= Problem requirements =
Every line of the entries below from the one containing "v -63.022 -1.196 30" to the one containing "v -58.996 3.091 30", both ends included, must be written out exactly. No other line belongs in the answer.

= Excerpted data =
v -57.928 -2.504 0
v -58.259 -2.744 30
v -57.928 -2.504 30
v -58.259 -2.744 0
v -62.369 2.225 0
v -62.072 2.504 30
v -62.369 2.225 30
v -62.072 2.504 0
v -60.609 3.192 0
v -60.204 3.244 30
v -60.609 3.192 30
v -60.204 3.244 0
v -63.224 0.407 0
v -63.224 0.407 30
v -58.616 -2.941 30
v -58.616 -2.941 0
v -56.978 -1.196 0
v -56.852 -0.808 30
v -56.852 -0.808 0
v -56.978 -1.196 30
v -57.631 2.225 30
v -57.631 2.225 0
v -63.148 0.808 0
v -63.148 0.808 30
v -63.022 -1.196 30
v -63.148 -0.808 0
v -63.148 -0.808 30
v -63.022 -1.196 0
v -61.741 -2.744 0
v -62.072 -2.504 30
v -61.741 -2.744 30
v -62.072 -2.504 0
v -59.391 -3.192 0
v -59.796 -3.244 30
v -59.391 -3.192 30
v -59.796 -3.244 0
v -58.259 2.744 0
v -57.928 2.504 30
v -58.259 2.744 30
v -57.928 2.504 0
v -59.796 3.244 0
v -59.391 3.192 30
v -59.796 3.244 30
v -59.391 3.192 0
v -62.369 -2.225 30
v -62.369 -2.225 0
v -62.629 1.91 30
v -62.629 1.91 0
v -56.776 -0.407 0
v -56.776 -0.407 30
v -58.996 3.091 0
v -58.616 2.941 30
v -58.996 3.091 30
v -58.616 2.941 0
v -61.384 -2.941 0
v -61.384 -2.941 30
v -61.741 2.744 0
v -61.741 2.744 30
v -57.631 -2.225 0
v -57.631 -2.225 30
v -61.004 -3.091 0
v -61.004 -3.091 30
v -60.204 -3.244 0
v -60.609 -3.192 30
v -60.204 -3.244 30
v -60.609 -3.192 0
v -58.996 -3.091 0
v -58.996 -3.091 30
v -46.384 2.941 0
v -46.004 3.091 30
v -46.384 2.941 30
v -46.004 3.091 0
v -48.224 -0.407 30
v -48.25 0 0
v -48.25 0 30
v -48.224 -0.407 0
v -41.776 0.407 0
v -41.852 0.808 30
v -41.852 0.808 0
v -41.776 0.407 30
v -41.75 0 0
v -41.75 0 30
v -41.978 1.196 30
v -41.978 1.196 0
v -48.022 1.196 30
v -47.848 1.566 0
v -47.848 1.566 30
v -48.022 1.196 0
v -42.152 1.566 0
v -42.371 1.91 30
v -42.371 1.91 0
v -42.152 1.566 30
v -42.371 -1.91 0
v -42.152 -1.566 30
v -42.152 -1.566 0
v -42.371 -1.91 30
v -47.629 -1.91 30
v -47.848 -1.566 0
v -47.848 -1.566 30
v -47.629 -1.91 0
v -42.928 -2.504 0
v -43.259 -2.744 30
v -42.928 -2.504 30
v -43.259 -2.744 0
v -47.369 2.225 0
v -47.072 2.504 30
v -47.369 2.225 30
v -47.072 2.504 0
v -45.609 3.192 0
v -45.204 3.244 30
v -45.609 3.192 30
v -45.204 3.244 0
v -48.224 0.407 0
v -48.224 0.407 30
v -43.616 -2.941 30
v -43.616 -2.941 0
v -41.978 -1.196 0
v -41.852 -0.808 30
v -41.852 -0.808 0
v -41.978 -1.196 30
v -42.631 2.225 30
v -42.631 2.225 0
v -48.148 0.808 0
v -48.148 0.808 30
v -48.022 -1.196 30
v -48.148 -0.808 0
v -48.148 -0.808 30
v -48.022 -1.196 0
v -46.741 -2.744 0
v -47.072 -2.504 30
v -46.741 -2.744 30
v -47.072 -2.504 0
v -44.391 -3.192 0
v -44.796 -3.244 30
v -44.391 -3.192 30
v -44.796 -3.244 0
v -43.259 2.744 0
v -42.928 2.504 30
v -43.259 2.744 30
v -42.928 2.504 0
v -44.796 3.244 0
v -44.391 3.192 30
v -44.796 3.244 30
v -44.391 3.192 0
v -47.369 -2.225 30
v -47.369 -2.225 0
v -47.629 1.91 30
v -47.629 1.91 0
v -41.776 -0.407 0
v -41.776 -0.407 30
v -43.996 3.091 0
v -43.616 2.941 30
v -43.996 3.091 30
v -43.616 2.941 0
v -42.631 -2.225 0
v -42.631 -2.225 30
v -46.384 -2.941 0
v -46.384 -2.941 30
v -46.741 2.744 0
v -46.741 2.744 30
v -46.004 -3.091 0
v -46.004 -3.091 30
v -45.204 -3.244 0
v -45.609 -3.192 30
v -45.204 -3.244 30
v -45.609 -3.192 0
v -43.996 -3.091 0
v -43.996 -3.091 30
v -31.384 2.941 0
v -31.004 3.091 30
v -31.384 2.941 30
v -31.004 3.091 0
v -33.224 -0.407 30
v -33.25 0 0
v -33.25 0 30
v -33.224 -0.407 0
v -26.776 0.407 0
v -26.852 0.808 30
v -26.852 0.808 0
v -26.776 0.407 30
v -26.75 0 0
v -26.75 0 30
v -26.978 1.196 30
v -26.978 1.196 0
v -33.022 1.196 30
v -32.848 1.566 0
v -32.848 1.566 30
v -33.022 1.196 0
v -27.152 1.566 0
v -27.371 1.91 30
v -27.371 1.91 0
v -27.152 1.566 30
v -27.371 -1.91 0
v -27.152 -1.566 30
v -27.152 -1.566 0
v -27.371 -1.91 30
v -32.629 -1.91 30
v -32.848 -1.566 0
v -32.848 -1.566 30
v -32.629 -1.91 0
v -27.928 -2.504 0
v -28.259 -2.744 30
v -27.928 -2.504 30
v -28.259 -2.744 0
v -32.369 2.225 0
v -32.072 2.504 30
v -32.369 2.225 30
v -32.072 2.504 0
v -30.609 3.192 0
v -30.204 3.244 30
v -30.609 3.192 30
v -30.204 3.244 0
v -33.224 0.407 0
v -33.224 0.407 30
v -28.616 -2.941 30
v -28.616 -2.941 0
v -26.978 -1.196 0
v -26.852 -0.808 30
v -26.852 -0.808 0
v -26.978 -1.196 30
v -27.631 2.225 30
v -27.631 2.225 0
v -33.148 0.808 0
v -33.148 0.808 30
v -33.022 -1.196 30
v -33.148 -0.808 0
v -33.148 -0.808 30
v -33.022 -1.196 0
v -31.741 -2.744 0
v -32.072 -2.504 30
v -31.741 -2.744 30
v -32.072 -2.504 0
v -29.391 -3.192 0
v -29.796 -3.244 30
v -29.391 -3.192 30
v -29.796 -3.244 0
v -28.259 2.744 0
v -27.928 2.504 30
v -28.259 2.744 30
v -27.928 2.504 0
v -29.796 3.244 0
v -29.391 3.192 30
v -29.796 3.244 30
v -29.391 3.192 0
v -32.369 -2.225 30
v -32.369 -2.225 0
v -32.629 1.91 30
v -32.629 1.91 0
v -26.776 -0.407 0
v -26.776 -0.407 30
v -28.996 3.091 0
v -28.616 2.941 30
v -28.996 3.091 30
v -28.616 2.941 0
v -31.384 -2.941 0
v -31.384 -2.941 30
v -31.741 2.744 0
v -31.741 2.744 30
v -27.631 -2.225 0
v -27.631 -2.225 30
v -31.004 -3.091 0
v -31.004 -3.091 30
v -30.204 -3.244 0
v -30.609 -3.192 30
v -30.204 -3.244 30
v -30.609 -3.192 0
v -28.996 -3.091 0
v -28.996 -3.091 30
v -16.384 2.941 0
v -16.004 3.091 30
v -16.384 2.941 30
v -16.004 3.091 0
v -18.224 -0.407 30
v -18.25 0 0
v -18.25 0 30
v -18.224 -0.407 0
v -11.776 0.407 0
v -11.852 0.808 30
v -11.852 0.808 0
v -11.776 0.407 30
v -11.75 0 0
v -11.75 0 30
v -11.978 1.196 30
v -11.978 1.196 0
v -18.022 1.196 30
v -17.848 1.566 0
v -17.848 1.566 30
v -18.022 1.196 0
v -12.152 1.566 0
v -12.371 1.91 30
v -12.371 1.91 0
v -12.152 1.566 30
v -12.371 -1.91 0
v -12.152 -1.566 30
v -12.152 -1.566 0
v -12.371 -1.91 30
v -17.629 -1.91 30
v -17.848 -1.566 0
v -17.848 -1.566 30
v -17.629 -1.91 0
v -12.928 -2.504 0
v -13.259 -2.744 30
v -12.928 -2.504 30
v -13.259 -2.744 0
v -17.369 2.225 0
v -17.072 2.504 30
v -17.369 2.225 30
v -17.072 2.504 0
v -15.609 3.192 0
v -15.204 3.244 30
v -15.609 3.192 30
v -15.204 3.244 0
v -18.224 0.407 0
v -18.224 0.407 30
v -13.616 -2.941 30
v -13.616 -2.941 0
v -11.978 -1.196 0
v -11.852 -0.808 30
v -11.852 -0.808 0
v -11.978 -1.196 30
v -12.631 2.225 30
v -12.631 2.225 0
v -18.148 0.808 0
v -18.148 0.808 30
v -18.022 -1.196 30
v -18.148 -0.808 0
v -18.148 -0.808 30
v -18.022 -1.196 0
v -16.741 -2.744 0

= Response to the task =
v -63.022 -1.196 30
v -63.148 -0.808 0
v -63.148 -0.808 30
v -63.022 -1.196 0
v -61.741 -2.744 0
v -62.072 -2.504 30
v -61.741 -2.744 30
v -62.072 -2.504 0
v -59.391 -3.192 0
v -59.796 -3.244 30
v -59.391 -3.192 30
v -59.796 -3.244 0
v -58.259 2.744 0
v -57.928 2.504 30
v -58.259 2.744 30
v -57.928 2.504 0
v -59.796 3.244 0
v -59.391 3.192 30
v -59.796 3.244 30
v -59.391 3.192 0
v -62.369 -2.225 30
v -62.369 -2.225 0
v -62.629 1.91 30
v -62.629 1.91 0
v -56.776 -0.407 0
v -56.776 -0.407 30
v -58.996 3.091 0
v -58.616 2.941 30
v -58.996 3.091 30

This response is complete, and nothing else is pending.